Он хотел что-то сказать, но Галина Л. улыбнулась грустной улыбкой, приложила палец к губам и поманила его.Они взялись за руки и дальше пошли вместе.
"Реабилитация," - чудилось ему, но он молчал и косился на свой портфель, - "Странно, что он еще не потерялся! А интересно, что там внутри!?"
*****
Загорелся красный свет светофора, пригвоздивший пешеходов к асфальту с подмоченной репутацией.
На противоположной стороне улицы с песнями и танцами шествовали четыре клоунского вида негра. Один был в оранжевом костюме и черной водолазке. Он держал в руках расписанную гавайскую гитару и постоянно скалил лошадиные зубы. Второй - в клетчатых панталонах и замшевом пиджаке держал во рту флейту и все время поправлял галстук-бабочку невиданных размеров. Третий в малиновом балахоне до пят, вышитом яркими жучками-паучками, пер огромный тромбон, время от времени издавая мерзкие звуки. На его голове красовалась турецкая шапочка с кисточкой, а на ногах были обуты блестящие туфли на толстой платформе. Четвертый был до такой степени черен, что, казалось, с него сейчас начнет капать гуталин. Он оделся в военного покроя ярко-зеленый костюм и канареечные сапоги со шпорами. По-видимому этот "вояка" был художественным руководителем оркестра; он зажал под мышкой скрипку, смычок же служил ему дирижерской палочкой. Музыканты высоко поднимали ноги, подскакивали, размахивали руками, выпучивали глаза и высовывали языки, как бы дразня жителей и приезжих. Затем они принялись хохотать и то и дело выскакивать на проезжую часть.

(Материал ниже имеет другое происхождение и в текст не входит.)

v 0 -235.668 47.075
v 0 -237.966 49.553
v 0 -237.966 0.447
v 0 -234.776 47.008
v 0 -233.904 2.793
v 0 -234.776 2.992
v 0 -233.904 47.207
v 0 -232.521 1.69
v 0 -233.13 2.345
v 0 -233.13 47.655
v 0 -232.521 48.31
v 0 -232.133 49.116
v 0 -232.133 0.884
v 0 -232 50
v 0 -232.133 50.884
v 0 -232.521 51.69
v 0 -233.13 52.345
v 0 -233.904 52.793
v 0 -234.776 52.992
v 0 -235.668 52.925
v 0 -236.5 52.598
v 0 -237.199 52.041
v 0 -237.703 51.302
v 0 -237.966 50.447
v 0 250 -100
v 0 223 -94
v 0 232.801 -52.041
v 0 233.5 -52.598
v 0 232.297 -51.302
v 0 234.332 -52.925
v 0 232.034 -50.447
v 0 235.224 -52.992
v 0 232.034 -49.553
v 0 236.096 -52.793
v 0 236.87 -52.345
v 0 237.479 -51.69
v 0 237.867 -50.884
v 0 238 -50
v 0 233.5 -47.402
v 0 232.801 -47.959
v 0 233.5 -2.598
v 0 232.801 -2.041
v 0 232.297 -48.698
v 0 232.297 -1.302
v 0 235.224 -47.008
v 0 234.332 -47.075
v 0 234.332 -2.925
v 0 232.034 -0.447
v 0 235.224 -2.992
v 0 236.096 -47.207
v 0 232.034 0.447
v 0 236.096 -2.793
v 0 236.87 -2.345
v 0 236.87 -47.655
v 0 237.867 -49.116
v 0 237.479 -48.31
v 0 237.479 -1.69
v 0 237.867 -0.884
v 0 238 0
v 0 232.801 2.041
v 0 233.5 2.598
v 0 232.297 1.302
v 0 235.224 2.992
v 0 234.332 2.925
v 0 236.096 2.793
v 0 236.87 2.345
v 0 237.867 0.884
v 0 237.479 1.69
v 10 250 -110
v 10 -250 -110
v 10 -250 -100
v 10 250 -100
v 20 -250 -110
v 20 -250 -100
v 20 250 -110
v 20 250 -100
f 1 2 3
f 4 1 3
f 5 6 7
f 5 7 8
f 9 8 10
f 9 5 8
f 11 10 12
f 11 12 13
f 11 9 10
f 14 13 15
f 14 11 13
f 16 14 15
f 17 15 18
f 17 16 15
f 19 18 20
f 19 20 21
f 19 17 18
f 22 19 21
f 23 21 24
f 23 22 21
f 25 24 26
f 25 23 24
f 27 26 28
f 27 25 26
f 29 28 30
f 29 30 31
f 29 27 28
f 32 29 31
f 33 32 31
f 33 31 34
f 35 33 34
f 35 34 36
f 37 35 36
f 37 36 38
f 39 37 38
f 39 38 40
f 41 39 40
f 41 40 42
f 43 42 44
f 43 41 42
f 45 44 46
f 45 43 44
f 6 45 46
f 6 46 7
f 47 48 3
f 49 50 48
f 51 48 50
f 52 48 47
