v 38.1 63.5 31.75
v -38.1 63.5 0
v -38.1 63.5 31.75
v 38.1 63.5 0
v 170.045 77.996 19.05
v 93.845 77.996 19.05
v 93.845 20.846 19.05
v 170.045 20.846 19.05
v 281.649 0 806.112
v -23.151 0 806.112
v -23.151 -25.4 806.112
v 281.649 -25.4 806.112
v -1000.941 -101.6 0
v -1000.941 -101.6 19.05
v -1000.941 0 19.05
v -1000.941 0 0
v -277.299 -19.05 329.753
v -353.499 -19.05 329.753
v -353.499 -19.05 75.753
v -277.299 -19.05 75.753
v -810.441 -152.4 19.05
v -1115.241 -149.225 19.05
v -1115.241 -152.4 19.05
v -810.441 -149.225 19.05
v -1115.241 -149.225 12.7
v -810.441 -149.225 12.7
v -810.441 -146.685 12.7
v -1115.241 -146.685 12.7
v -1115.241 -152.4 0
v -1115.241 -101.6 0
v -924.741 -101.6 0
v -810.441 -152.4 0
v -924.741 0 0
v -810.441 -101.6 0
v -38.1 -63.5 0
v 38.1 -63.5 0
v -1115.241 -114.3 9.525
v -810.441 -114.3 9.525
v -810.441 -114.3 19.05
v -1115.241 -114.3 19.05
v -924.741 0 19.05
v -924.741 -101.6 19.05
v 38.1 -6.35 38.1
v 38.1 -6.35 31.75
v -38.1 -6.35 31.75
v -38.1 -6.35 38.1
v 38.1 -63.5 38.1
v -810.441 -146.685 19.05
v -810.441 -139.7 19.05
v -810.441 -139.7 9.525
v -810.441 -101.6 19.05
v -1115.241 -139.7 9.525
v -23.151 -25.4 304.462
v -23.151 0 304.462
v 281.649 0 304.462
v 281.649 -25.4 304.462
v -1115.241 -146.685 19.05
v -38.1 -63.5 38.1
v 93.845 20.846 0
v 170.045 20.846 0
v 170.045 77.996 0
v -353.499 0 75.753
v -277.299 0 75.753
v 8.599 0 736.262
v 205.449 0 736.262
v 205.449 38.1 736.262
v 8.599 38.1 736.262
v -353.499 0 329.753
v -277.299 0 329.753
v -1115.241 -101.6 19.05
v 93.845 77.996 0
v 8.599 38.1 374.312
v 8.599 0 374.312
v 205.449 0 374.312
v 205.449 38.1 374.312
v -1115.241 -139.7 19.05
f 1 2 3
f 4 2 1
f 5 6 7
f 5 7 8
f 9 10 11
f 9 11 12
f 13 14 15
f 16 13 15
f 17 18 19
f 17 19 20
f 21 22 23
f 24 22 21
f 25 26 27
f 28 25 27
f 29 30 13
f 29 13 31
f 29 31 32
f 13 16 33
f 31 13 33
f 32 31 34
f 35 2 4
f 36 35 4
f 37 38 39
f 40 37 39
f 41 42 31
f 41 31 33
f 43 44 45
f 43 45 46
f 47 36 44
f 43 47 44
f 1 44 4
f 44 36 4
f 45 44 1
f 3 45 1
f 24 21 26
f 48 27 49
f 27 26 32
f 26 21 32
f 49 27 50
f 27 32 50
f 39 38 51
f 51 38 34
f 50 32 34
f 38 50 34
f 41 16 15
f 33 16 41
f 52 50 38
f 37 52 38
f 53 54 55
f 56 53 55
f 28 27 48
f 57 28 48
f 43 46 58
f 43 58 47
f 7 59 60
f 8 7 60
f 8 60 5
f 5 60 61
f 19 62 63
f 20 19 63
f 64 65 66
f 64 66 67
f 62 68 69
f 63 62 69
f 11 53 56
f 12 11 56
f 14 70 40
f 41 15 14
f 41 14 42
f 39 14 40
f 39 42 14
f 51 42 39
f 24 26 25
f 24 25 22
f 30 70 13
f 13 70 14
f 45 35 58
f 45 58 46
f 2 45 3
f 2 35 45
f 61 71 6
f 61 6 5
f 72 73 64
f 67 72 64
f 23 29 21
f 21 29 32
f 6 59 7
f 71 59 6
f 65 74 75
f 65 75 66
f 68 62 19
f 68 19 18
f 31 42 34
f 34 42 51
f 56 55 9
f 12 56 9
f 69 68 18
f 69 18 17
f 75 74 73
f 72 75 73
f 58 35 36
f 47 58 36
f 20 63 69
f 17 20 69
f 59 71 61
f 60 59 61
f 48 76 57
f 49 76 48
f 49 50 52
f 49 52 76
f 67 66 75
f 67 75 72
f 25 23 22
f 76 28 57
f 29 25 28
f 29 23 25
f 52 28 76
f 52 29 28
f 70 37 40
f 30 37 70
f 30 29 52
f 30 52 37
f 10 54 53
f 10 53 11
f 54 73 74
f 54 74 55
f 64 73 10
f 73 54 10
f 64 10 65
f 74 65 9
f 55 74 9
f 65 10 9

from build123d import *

# Parameters (mm, degrees)
F0_W      = 76.2
F0_H      = 127
F1_DEPTH  = 38.1
F2_W      = 69.85
F2_H      = 6.35
F3_DEPTH  = 76.2
F4_DEPTH  = 76.2
F5_W      = 76.2
F5_H      = 57.15
F6_DEPTH  = 19.05
F7_W      = 304.8
F7_H      = 152.4
F8_DEPTH  = 19.05
F9_W      = 114.3
F9_H      = 101.6
F10_DEPTH = 19.05
F11_W     = 2.54
F11_H     = 6.35
F11_W_2   = 25.4
F11_H_2   = 9.525
F12_DEPTH = 304.8
F13_W     = 76.2
F13_H     = 254
F14_DEPTH = 19.05
F15_W     = 304.8
F15_H     = 501.65
F16_DEPTH = 25.4
F17_W     = 196.85
F17_H     = 361.95
F18_DEPTH = 38.1


with BuildPart() as f1:
    # F0 (on Top) → F1 (new body)
    with BuildSketch(Plane.XY):
        Rectangle(F0_W, F0_H)
    extrude(amount=F1_DEPTH)

    # F2 (on face) → F3 (join, through all)
    with BuildSketch(Plane.YZ.offset(38.1)):
        with Locations((28.575, 34.925)):
            Rectangle(F2_W, F2_H)
    extrude(amount=-F3_DEPTH)

    # F2 (on face) → F4 (cut, through all)
    with BuildSketch(Plane.YZ.offset(38.1)):
        with Locations((28.575, 34.925)):
            Rectangle(F2_W, F2_H)
    extrude(amount=-F4_DEPTH, mode=Mode.SUBTRACT)


with BuildPart() as f6:
    # F5 (on Top) → F6 (new body)
    with BuildSketch(Plane.XY):
        with Locations((131.945428, 49.421202)):
            Rectangle(F5_W, F5_H)
    extrude(amount=F6_DEPTH)


with BuildPart() as f8:
    # F7 (on Top) → F8 (new body)
    with BuildSketch(Plane.XY):
        with Locations((-962.84058, -76.2)):
            Rectangle(F7_W, F7_H)
    extrude(amount=F8_DEPTH)

    # F9 (on face) → F10 (cut, through all)
    with BuildSketch(Plane.XY.offset(19.05)):
        with Locations((-867.59058, -50.8)):
            Rectangle(F9_W, F9_H)
        with Locations((-1058.09058, -50.8)):
            Rectangle(F9_W, F9_H)
    extrude(amount=-F10_DEPTH, mode=Mode.SUBTRACT)

    # F11 (on face) → F12 (cut, through all)
    with BuildSketch(Plane.YZ.offset(-810.44058)):
        with Locations((-147.955, 15.875)):
            Rectangle(F11_W, F11_H)
        with Locations((-127, 14.2875)):
            Rectangle(F11_W_2, F11_H_2)
    extrude(amount=-F12_DEPTH, mode=Mode.SUBTRACT)


with BuildPart() as f14:
    # F13 (on Front) → F14 (new body)
    with BuildSketch(Plane.XZ):
        with Locations((-315.398529, 202.753096)):
            Rectangle(F13_W, F13_H)
    extrude(amount=F14_DEPTH)


with BuildPart() as f16:
    # F15 (on Front) → F16 (new body)
    with BuildSketch(Plane.XZ):
        with Locations((129.24853, 555.286902)):
            Rectangle(F15_W, F15_H)
    extrude(amount=F16_DEPTH)

    # F17 (on face) → F18 (join)
    with BuildSketch(Plane(origin=(0, 0, 0), x_dir=(-1, 0, 0), z_dir=(0, 1, 0))):
        with Locations((-107.02353, 555.286902)):
            Rectangle(F17_W, F17_H)
    extrude(amount=F18_DEPTH)


solid = Compound([f1.part, f6.part, f8.part, f14.part, f16.part])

Автобус "ЗИС-16" номер 63 вывернул из-за угла, и шумная компания ввалилась туда. Кабина водителя была по-прежнему пуста. Музыканты высунулись из окон и строя рожи, стали откровенно оскорблять прохожих. Внезапно автобус сампо себе развернулся на месте и начал двигаться навстречу потоку машин. На перекрестке произошла авария. Автомобили налетали один на другой, переворачивались, загорались. Кругом валялись мертвые и покалеченные тела, появились санитары с носилками, выли сирены скорой помощи...

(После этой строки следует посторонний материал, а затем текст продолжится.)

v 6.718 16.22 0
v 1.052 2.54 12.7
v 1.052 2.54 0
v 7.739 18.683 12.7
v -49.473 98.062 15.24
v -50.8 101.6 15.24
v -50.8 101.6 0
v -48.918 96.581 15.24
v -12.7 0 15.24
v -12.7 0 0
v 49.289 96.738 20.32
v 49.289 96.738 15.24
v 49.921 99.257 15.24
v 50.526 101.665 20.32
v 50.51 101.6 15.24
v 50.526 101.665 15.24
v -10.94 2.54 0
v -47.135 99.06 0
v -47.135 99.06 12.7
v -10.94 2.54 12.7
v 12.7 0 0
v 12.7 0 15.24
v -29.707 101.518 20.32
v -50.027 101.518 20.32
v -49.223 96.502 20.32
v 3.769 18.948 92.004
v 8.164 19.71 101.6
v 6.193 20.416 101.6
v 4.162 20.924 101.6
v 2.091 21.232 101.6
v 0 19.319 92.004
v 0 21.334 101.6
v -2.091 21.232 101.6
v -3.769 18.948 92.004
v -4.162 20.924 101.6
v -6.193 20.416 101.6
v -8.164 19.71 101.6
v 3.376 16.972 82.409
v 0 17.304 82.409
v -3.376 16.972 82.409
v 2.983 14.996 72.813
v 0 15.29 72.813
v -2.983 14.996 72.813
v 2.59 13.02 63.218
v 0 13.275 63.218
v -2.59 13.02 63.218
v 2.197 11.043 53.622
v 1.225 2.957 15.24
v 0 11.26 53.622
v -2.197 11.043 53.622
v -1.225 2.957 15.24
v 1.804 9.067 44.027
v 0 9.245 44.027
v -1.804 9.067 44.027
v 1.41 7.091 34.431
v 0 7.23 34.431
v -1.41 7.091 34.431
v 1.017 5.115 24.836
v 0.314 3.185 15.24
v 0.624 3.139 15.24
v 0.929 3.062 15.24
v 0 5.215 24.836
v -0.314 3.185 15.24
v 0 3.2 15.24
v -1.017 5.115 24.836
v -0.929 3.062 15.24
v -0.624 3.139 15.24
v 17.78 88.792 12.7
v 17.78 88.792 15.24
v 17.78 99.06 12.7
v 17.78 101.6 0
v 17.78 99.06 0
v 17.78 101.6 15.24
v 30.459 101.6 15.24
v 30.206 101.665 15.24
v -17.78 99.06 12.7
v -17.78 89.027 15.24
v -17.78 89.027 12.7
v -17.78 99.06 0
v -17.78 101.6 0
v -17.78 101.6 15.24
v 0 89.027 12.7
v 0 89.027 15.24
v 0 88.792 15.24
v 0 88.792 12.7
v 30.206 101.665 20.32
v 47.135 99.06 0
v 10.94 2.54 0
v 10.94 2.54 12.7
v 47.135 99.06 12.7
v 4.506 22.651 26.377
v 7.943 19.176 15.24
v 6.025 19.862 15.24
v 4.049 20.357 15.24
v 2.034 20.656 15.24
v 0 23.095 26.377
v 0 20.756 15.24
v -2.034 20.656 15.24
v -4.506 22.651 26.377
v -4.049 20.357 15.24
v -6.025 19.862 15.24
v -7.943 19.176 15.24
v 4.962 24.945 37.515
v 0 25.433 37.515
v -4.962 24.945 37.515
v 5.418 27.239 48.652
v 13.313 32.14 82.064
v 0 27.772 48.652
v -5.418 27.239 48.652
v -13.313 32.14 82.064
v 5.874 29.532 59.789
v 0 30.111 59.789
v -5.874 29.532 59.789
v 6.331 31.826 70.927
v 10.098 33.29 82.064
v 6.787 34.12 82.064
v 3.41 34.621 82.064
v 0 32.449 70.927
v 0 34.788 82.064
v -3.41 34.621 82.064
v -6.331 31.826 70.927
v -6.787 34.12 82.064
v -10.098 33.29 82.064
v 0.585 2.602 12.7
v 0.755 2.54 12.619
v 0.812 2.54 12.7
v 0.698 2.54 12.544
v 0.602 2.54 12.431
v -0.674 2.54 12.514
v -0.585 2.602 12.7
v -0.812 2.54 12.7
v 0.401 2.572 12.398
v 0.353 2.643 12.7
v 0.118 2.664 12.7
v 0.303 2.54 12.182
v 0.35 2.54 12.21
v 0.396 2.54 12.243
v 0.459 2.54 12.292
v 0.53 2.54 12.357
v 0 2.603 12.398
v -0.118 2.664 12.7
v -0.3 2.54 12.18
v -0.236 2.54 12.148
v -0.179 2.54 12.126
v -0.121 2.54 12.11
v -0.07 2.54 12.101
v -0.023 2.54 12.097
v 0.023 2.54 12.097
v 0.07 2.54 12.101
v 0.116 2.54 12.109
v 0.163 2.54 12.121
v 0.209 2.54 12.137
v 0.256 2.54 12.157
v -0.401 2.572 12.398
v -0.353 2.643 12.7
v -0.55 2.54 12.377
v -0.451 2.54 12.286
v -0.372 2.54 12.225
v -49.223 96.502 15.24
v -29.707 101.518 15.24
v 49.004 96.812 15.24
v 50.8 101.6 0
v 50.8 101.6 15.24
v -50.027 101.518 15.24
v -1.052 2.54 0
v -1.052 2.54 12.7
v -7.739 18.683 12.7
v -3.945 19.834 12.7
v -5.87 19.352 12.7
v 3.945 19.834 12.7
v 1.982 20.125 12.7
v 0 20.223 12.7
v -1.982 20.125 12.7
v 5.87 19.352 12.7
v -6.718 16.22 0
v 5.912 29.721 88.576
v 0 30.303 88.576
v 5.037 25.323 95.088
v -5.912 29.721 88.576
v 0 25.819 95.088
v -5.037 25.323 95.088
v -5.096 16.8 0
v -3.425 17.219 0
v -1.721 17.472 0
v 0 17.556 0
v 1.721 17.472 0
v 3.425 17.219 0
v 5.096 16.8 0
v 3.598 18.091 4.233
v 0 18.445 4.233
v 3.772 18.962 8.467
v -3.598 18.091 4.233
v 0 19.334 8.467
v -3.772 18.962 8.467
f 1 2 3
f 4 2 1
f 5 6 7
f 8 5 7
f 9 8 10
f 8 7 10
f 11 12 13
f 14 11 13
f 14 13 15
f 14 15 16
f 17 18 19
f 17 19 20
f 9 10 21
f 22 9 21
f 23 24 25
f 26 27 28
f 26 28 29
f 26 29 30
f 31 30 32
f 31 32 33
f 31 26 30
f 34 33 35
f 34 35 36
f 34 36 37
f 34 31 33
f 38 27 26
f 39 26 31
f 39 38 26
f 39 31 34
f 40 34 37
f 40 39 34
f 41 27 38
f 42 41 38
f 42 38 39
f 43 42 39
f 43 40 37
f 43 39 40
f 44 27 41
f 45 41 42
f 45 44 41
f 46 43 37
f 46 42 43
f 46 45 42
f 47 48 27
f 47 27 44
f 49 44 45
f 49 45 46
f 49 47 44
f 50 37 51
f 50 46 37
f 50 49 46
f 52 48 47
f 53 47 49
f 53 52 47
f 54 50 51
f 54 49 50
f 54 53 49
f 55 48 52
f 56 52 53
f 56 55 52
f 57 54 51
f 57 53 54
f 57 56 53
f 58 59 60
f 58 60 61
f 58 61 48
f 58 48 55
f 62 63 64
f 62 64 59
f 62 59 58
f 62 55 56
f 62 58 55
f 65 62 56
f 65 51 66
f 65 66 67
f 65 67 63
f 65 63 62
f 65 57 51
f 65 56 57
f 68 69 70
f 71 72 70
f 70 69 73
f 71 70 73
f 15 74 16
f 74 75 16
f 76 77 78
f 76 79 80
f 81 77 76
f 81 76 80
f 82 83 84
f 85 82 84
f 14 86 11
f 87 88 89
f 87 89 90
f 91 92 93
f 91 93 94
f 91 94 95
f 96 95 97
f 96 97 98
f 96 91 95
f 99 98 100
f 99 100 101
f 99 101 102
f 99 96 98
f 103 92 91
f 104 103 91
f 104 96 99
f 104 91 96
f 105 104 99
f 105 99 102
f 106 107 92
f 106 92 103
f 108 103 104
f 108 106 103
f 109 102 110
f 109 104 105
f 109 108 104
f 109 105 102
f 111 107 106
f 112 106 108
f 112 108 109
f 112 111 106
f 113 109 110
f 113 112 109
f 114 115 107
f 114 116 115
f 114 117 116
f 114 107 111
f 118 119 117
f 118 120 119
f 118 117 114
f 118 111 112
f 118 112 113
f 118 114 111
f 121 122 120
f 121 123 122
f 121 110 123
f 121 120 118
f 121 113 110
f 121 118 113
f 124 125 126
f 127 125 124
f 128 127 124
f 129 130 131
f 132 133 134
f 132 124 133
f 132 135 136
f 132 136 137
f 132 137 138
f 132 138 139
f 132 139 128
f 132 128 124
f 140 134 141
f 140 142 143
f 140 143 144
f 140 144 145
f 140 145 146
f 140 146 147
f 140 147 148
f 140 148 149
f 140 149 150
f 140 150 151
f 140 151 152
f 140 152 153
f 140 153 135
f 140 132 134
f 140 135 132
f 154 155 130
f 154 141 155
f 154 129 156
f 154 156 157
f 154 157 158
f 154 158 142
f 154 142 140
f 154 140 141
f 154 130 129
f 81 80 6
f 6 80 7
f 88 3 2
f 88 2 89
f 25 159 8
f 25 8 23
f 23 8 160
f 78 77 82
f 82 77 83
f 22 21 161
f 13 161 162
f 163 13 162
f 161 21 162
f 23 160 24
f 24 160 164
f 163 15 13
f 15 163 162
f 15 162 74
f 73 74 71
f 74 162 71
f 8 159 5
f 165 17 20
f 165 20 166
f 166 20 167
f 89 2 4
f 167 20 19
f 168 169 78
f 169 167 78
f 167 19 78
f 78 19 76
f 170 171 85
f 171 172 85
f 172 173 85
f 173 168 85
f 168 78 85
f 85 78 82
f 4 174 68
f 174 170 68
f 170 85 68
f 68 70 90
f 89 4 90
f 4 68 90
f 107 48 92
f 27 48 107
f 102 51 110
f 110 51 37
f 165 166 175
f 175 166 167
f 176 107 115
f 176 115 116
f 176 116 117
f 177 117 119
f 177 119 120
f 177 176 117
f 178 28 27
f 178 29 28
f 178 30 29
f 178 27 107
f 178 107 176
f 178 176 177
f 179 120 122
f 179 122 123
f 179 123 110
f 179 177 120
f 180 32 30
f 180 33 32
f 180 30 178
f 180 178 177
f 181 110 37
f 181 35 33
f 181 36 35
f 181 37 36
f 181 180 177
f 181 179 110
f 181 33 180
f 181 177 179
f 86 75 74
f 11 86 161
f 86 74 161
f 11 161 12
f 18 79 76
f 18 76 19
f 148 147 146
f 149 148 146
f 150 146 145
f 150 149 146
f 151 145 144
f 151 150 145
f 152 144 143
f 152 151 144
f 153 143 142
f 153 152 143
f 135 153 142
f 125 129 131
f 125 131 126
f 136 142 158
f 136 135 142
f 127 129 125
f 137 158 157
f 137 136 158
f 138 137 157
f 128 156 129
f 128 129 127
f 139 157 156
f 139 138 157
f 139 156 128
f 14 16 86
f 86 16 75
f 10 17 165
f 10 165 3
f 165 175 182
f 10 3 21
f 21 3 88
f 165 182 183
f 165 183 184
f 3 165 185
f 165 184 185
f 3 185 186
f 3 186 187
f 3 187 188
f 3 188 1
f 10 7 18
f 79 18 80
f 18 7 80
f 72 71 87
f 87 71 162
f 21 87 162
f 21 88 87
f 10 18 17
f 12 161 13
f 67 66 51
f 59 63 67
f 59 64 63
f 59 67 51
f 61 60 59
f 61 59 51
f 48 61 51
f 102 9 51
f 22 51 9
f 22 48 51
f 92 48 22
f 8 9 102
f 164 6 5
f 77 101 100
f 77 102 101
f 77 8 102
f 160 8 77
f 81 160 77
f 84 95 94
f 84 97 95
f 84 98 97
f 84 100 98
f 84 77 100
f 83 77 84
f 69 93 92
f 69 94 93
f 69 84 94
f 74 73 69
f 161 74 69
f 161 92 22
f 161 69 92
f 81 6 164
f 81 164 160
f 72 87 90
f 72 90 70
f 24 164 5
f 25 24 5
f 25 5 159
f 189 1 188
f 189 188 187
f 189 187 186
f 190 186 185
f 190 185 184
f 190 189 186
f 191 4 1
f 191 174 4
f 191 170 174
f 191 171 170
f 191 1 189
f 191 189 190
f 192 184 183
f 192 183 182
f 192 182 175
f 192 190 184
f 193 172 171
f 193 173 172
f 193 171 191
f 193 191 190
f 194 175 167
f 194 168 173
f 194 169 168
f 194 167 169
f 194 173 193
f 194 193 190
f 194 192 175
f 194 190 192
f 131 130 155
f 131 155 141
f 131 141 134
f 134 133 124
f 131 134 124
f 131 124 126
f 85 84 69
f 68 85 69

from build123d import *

# Parameters (mm, degrees)
F1_DEPTH      = 15.24
F3_T          = -2.54
F5_ANGLE_BACK = 22.5
F5_ANGLE      = 45
F9_DEPTH      = 5.08
F10_W         = 17.78
F10_H         = 12.7
F11_DEPTH     = 15.241


with BuildPart() as f1:
    # F0 (on Top) → F1 (new body)
    with BuildSketch(Plane.XY):
        Polygon((-50.8, 101.6), (-12.7, 0), (12.7, 0), (50.8, 101.6), align=None)
    extrude(amount=F1_DEPTH)

    # F3
    f3_openings = [f1.faces().sort_by_distance(p)[0] for p in [
        (0, 60.96, 0),
    ]]
    offset(amount=F3_T, openings=f3_openings)

    # F4 (on plane+point) → F5 (revolve)
    with BuildSketch(Plane.YZ, mode=Mode.PRIVATE) as f5_sk:
        Polygon((21.3342867792, 101.6), (0, 0), (17.5560421489, 0), (34.7880832851, 82.0639282465), align=None)
    revolve(f5_sk.sketch.rotate(Axis((0, 0, 50.8), (0, 0, 1)), -F5_ANGLE_BACK), axis=Axis((0, 0, 50.8), (0, 0, 1)), revolution_arc=F5_ANGLE)

    # F8 (on plane+point) + F7 (on plane+point) → F9 (join)
    with BuildSketch(Plane.XY.offset(15.24)):
        Polygon((49.2891350908, 96.7381212808), (50.525897119, 101.6652725557), (30.205897119, 101.6652725557), align=None)
    with BuildSketch(Plane.XY.offset(15.24)):
        Polygon((-29.7071077564, 101.5182593561), (-50.0271077564, 101.5182593561), (-49.2234366628, 96.5022337608), align=None)
    extrude(amount=F9_DEPTH)

    # F10 (on plane+point) → F11 (cut, through all)
    with BuildSketch(Plane.XY.offset(15.24)):
        Polygon((17.78, 101.726842235), (0, 101.726842235), (0, 89.026842235), (0, 88.7915473778), (17.78, 88.7915473778), align=None)
        with Locations((-8.89, 95.376842235)):
            Rectangle(F10_W, F10_H)
    extrude(amount=-F11_DEPTH, mode=Mode.SUBTRACT)


solid = f1.part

"Держите негров! Это они сделали!" - он уже приготовил эту фразу для блюстителя порядка, но понял, что вновь потерял Галину Л.

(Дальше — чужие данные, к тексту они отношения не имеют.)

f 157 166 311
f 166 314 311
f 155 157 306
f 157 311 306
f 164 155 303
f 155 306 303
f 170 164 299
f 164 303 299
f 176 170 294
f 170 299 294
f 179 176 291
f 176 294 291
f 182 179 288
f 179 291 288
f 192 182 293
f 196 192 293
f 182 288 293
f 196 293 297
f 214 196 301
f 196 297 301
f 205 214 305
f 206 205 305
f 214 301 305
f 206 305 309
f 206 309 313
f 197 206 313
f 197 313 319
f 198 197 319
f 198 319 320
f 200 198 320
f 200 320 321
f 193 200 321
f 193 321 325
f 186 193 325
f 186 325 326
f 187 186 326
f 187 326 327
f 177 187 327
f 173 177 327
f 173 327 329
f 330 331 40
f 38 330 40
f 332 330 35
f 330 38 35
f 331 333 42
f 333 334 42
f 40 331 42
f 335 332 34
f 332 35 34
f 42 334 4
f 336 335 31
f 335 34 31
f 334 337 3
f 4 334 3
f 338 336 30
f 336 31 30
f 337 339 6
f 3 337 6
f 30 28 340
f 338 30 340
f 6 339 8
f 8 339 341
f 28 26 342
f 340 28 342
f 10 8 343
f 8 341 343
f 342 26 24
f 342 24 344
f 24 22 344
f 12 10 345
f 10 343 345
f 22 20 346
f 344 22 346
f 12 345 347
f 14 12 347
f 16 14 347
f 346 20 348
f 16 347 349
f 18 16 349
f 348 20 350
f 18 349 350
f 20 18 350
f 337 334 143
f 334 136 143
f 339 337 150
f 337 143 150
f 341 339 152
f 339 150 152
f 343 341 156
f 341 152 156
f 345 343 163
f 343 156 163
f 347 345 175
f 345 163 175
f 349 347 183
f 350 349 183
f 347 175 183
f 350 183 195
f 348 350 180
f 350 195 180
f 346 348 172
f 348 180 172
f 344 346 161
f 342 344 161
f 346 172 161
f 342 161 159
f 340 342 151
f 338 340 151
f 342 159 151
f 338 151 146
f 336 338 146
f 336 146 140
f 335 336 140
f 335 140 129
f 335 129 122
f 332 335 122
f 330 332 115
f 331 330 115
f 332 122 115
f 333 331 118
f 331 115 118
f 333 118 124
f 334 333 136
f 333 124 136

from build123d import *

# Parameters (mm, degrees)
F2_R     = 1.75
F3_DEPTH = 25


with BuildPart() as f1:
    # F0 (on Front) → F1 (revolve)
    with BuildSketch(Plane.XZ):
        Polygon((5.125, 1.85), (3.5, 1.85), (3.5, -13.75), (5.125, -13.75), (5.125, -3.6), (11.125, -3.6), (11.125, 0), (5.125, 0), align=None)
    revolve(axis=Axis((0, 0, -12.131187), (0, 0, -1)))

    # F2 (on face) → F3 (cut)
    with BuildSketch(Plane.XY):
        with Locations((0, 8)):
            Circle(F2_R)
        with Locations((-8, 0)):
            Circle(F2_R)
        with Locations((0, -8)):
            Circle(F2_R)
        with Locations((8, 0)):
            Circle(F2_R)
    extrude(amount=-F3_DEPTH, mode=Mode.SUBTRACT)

Он шарахнулся в сторону и пробежав по нескольким темным переулкам, выскочил на проспект Калинина. Граждане шли, сомкнув ряды, и ему с трудом удавалось протиснуться сквозь них.
"Вы не видели ее? Вы не знаете, где она? Куда она могла подеваться?" - спрашивал он у каждого встречного-поперечного, но те молчали.
"Загляните в магазин!" - посоветовал джентльмен во фраке и цилиндре с тросточкой в руке. Его покачивало от малейшего дуновения ветра...
Путник кивнул в знак благодарности и заглянул в витрину полуподвального магазинчика, что недалеко от м.Чеховская. Галина Л. стояла в очереди в кассу. Он сбежал по ступеням и очутился в тесном помещении. Галины Л. не было.
"Где ты?" - пронеслось в голове, но он был нем, как рыба. Люди, еще секунду назад оживленно беседовавшие, превратились в строй манекенов - пластмассовых кукол. Он пробкой выскочил из подвала.
"Вот вам и музыка! Реабилитация!.."
*****
По проезжей части вышагивали те самые негры-музыканты во всей своей красе.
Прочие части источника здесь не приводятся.